Metallographic study on the influence of the morphology and distribution of graphite on the solid state transformations of grey and ductile cast iron

Abstract

The present research focuses on carbon migration during the processes of carburisation (carbon diffusion from graphite particles to the matrix) and graphitisation (carbon diffusion from the matrix to graphite particles) in cast iron with spheroidal (or nodular) and flake graphite, and its effect on the kinetics of solid state transformations.The experimental methodology is based on metallographic observation of a large number of samples corresponding to different stages of the heat treatment cycles of ferritising, austenitising and austempering. This was carried out on pieces of three different sizes of both graphite morphologies. Quantitative metallographic techniques were used to measure the amount of phases present.The transformation kinetics are related to the distances for carbon diffusion, and to the graphite-matrix interface area.
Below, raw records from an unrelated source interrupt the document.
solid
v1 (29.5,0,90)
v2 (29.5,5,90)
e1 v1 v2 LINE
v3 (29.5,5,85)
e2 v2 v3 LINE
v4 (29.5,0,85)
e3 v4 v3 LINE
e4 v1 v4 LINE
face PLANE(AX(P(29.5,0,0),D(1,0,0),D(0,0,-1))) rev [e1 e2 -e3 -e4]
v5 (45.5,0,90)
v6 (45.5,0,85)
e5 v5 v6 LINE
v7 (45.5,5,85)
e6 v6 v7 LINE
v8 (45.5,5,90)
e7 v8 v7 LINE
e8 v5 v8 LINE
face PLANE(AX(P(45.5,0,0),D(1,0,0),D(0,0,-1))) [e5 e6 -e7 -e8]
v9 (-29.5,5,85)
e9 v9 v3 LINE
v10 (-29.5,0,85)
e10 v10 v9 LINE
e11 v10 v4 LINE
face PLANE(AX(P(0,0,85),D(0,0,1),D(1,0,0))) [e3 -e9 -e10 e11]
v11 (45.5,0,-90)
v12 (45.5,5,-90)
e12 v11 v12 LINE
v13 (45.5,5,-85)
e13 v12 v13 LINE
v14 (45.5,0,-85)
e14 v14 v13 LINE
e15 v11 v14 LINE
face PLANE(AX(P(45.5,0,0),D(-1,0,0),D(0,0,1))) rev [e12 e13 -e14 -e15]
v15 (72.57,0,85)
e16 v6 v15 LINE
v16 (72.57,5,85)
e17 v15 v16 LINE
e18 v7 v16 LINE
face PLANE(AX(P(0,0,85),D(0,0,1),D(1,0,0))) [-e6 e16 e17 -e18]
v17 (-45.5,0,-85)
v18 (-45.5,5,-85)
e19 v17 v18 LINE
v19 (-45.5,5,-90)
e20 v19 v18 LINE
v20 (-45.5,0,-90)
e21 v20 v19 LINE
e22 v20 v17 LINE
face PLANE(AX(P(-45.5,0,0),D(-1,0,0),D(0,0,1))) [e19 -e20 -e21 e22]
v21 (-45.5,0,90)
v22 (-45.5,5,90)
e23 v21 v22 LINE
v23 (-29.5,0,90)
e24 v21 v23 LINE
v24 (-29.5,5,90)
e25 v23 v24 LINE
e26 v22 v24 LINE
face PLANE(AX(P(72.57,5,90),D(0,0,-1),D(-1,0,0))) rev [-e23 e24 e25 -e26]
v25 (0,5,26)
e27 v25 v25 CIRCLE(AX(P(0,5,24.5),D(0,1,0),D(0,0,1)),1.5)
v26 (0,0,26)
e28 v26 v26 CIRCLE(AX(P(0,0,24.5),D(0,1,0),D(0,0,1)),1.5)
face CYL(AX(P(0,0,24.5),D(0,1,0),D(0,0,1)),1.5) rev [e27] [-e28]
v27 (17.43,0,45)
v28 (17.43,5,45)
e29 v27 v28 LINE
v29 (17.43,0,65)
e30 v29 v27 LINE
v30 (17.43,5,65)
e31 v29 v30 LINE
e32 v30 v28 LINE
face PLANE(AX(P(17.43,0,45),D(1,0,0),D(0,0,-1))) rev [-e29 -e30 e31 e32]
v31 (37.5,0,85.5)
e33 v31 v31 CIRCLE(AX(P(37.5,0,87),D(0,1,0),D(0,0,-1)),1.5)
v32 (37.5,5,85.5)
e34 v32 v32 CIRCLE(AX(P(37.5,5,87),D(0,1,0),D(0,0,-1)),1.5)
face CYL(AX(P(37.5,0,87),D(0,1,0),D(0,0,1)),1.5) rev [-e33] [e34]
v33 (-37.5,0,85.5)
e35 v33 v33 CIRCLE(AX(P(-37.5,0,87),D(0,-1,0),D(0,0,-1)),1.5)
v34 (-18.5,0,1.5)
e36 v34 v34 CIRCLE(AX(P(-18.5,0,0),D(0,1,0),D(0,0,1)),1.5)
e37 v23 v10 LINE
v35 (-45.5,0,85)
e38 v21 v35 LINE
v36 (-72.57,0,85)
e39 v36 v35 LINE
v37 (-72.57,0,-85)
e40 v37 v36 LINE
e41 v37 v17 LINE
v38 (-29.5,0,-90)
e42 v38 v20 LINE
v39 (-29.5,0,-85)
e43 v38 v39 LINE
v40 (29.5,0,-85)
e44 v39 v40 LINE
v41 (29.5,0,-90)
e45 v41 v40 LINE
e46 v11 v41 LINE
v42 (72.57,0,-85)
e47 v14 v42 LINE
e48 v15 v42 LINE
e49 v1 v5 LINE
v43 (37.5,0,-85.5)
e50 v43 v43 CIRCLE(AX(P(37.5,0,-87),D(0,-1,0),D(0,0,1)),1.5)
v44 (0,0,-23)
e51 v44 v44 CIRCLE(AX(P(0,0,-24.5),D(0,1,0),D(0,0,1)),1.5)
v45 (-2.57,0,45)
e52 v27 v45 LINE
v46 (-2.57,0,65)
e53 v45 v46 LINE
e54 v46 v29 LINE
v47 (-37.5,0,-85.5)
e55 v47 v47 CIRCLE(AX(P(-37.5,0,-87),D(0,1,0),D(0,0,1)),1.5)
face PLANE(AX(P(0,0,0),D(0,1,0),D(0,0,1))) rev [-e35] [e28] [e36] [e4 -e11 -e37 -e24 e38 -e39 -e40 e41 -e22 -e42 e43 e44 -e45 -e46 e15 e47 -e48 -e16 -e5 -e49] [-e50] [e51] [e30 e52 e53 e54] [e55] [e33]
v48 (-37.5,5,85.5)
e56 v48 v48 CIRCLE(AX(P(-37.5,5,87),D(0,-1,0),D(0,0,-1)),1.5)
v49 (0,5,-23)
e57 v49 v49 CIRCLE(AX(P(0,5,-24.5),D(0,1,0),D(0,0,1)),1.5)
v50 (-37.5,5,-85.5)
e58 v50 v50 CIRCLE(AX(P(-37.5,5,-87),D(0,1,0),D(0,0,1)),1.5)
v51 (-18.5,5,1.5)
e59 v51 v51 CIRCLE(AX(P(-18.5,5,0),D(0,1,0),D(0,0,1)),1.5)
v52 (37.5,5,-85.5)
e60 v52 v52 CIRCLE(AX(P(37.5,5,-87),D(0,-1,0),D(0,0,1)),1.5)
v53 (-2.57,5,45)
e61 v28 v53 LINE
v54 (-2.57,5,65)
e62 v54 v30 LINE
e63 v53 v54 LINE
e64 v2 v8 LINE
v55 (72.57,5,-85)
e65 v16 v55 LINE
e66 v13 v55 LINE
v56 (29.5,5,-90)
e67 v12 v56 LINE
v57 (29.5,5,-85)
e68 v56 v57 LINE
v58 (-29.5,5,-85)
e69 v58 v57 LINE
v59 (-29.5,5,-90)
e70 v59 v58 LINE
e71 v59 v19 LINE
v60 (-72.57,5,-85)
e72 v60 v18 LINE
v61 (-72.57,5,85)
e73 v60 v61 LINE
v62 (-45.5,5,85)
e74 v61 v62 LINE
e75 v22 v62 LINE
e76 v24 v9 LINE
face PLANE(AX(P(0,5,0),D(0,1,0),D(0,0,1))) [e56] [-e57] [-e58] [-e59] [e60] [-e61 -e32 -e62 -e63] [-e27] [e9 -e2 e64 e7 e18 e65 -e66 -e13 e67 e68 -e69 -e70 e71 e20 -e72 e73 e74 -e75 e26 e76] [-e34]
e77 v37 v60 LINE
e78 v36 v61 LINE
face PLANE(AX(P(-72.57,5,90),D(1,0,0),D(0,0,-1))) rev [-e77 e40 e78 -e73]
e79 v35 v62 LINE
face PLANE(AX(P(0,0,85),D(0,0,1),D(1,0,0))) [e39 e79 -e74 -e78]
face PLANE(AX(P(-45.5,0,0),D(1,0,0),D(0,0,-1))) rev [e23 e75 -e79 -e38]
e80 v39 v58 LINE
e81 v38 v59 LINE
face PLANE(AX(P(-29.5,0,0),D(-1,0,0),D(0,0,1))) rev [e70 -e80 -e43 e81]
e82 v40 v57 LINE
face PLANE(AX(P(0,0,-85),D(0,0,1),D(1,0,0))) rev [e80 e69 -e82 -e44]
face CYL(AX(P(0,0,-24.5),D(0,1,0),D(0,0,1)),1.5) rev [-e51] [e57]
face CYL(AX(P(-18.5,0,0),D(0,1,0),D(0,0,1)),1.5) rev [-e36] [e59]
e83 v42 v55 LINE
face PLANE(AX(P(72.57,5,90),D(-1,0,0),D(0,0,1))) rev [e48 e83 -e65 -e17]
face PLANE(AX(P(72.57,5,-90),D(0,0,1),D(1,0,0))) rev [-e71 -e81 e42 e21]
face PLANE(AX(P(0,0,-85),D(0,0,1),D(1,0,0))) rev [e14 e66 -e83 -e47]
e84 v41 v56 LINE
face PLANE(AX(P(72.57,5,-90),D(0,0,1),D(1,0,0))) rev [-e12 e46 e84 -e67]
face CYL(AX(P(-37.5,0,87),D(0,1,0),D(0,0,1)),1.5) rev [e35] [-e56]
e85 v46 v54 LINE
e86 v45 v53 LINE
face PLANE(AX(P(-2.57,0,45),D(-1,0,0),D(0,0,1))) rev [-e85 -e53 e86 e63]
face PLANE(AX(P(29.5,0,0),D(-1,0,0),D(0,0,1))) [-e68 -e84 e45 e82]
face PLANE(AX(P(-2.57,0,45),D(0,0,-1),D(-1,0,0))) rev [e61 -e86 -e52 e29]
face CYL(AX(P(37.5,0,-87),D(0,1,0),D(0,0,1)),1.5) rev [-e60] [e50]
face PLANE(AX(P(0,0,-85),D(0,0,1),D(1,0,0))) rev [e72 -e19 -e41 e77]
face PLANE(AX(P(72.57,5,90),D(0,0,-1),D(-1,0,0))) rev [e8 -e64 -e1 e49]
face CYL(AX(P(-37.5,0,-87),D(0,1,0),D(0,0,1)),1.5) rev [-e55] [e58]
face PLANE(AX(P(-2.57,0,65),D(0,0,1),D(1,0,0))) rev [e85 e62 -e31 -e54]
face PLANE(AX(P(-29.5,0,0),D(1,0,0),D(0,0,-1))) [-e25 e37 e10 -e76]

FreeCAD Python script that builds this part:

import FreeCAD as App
import Part
import Sketcher
from FreeCAD import Vector
Q = App.Units.Quantity

doc = App.newDocument("Part")
body = doc.addObject("PartDesign::Body", "Body")

# Sketch on XZ plane
sketch1 = body.newObject("Sketcher::SketchObject", "Sketch")
sketch1.AttachmentSupport = (doc.getObject("XZ_Plane"), [""])
sketch1.MapMode = "FlatFace"
sketch1.addGeometry(Part.LineSegment(Vector(-73, -90, 0), Vector(-73, 90, 0)), False)
sketch1.addGeometry(Part.LineSegment(Vector(-73, 90, 0), Vector(73, 90, 0)), False)
sketch1.addGeometry(Part.LineSegment(Vector(73, 90, 0), Vector(73, -90, 0)), False)
sketch1.addGeometry(Part.LineSegment(Vector(73, -90, 0), Vector(-73, -90, 0)), False)
sketch1.addConstraint(Sketcher.Constraint("Coincident", 0, 2, 1, 1))
sketch1.addConstraint(Sketcher.Constraint("Coincident", 1, 2, 2, 1))
sketch1.addConstraint(Sketcher.Constraint("Coincident", 2, 2, 3, 1))
sketch1.addConstraint(Sketcher.Constraint("Coincident", 3, 2, 0, 1))
sketch1.addConstraint(Sketcher.Constraint("Vertical", 0))
sketch1.addConstraint(Sketcher.Constraint("Horizontal", 1))
sketch1.addConstraint(Sketcher.Constraint("Vertical", 2))
sketch1.addConstraint(Sketcher.Constraint("Horizontal", 3))
sketch1.addConstraint(Sketcher.Constraint("Symmetric", 0, 2, 2, 2, -1, 1))
sketch1.addConstraint(Sketcher.Constraint("DistanceY", 0, 1, 0, 2, Q("180 mm")))
sketch1.addConstraint(Sketcher.Constraint("DistanceX", 1, 1, 1, 2, Q("145.14 mm")))
pad1 = body.newObject("PartDesign::Pad", "Pad")
pad1.Profile = sketch1
pad1.Length = 5
pad1.Reversed = True

# Sketch on XZ plane
sketch2 = body.newObject("Sketcher::SketchObject", "Sketch001")
sketch2.AttachmentSupport = (doc.getObject("XZ_Plane"), [""])
sketch2.MapMode = "FlatFace"
sketch2.AttachmentOffset = App.Placement(Vector(0, 0, -5), App.Rotation())
sketch2.addGeometry(Part.LineSegment(Vector(-30, -90, 0), Vector(-30, -85, 0)), False)
sketch2.addGeometry(Part.LineSegment(Vector(-30, -85, 0), Vector(30, -85, 0)), False)
sketch2.addGeometry(Part.LineSegment(Vector(30, -85, 0), Vector(30, -90, 0)), False)
sketch2.addGeometry(Part.LineSegment(Vector(30, -90, 0), Vector(-30, -90, 0)), False)
sketch2.addGeometry(Part.LineSegment(Vector(-73, -90, 0), Vector(-73, -85, 0)), False)
sketch2.addGeometry(Part.LineSegment(Vector(-73, -85, 0), Vector(-46, -85, 0)), False)
sketch2.addGeometry(Part.LineSegment(Vector(-46, -85, 0), Vector(-46, -90, 0)), False)
sketch2.addGeometry(Part.LineSegment(Vector(-46, -90, 0), Vector(-73, -90, 0)), False)
sketch2.addGeometry(Part.LineSegment(Vector(46, -90, 0), Vector(46, -85, 0)), False)
sketch2.addGeometry(Part.LineSegment(Vector(46, -85, 0), Vector(73, -85, 0)), False)
sketch2.addGeometry(Part.LineSegment(Vector(73, -85, 0), Vector(73, -90, 0)), False)
sketch2.addGeometry(Part.LineSegment(Vector(73, -90, 0), Vector(46, -90, 0)), False)
sketch2.addConstraint(Sketcher.Constraint("Coincident", 0, 2, 1, 1))
sketch2.addConstraint(Sketcher.Constraint("Coincident", 1, 2, 2, 1))
sketch2.addConstraint(Sketcher.Constraint("Coincident", 2, 2, 3, 1))
sketch2.addConstraint(Sketcher.Constraint("Coincident", 3, 2, 0, 1))
sketch2.addConstraint(Sketcher.Constraint("Coincident", 4, 2, 5, 1))
sketch2.addConstraint(Sketcher.Constraint("Coincident", 5, 2, 6, 1))
sketch2.addConstraint(Sketcher.Constraint("Coincident", 6, 2, 7, 1))
sketch2.addConstraint(Sketcher.Constraint("Coincident", 7, 2, 4, 1))
sketch2.addConstraint(Sketcher.Constraint("Coincident", 8, 2, 9, 1))
sketch2.addConstraint(Sketcher.Constraint("Coincident", 9, 2, 10, 1))
sketch2.addConstraint(Sketcher.Constraint("Coincident", 10, 2, 11, 1))
sketch2.addConstraint(Sketcher.Constraint("Coincident", 11, 2, 8, 1))
sketch2.addConstraint(Sketcher.Constraint("Vertical", 0))
sketch2.addConstraint(Sketcher.Constraint("Horizontal", 1))
sketch2.addConstraint(Sketcher.Constraint("Vertical", 2))
sketch2.addConstraint(Sketcher.Constraint("Horizontal", 3))
sketch2.addConstraint(Sketcher.Constraint("Vertical", 4))
sketch2.addConstraint(Sketcher.Constraint("Horizontal", 5))
sketch2.addConstraint(Sketcher.Constraint("Vertical", 6))
sketch2.addConstraint(Sketcher.Constraint("Horizontal", 7))
sketch2.addConstraint(Sketcher.Constraint("Vertical", 8))
sketch2.addConstraint(Sketcher.Constraint("Horizontal", 9))
sketch2.addConstraint(Sketcher.Constraint("Vertical", 10))
sketch2.addConstraint(Sketcher.Constraint("Horizontal", 11))
sketch2.addConstraint(Sketcher.Constraint("Symmetric", 5, 2, 8, 2, -2))
sketch2.addConstraint(Sketcher.Constraint("Symmetric", 7, 2, 10, 2, -2))
sketch2.addConstraint(Sketcher.Constraint("Horizontal", 1, 2, 4, 2))
sketch2.addConstraint(Sketcher.Constraint("Horizontal", 3, 2, 6, 2))
sketch2.addConstraint(Sketcher.Constraint("DistanceX", 1, 1, 1, 2, Q("59 mm")))
sketch2.addConstraint(Sketcher.Constraint("DistanceY", 0, 1, 0, 2, Q("5 mm")))
sketch2.addConstraint(Sketcher.Constraint("DistanceY", 0, 2, -1, 1, Q("85 mm")))
sketch2.addConstraint(Sketcher.Constraint("DistanceX", 5, 2, 0, 2, Q("16 mm")))
sketch2.addConstraint(Sketcher.Constraint("DistanceX", 1, 2, 8, 2, Q("16 mm")))
sketch2.addConstraint(Sketcher.Constraint("DistanceX", 5, 1, 5, 2, Q("27.07 mm")))
pocket1 = body.newObject("PartDesign::Pocket", "Pocket")
pocket1.Profile = sketch2
pocket1.Type = "ThroughAll"
pocket1.Reversed = True
doc.recompute()

mirrored = body.newObject("PartDesign::Mirrored", "Mirrored")
mirrored.Originals = [pocket1]
mirrored.MirrorPlane = (doc.getObject("XY_Plane"), [""])
body.Tip = mirrored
Hypotheses on the probable mechanisms of carbon migration, and on the way in which carbon atoms are incorporated into the primary graphite particles are discussed.The results indicate that for ferritising and austenitising, and also for the beginning of austempering, reactions take place more rapidly in grey cast iron than in ductile cast iron, and for identical graphite morphology the transformation rate is greater in smaller pieces.In processes of graphitisation, all the carbon present in the matrix is added to the primary graphite particles and no secondary graphite is nucleated, despite of the existence of Cu and Ni acting as perlitising alloying elements. In this process the incorporation of carbon atoms into existing graphite particles is not necessarily made through the exposed basal planes, as proposed in the literature.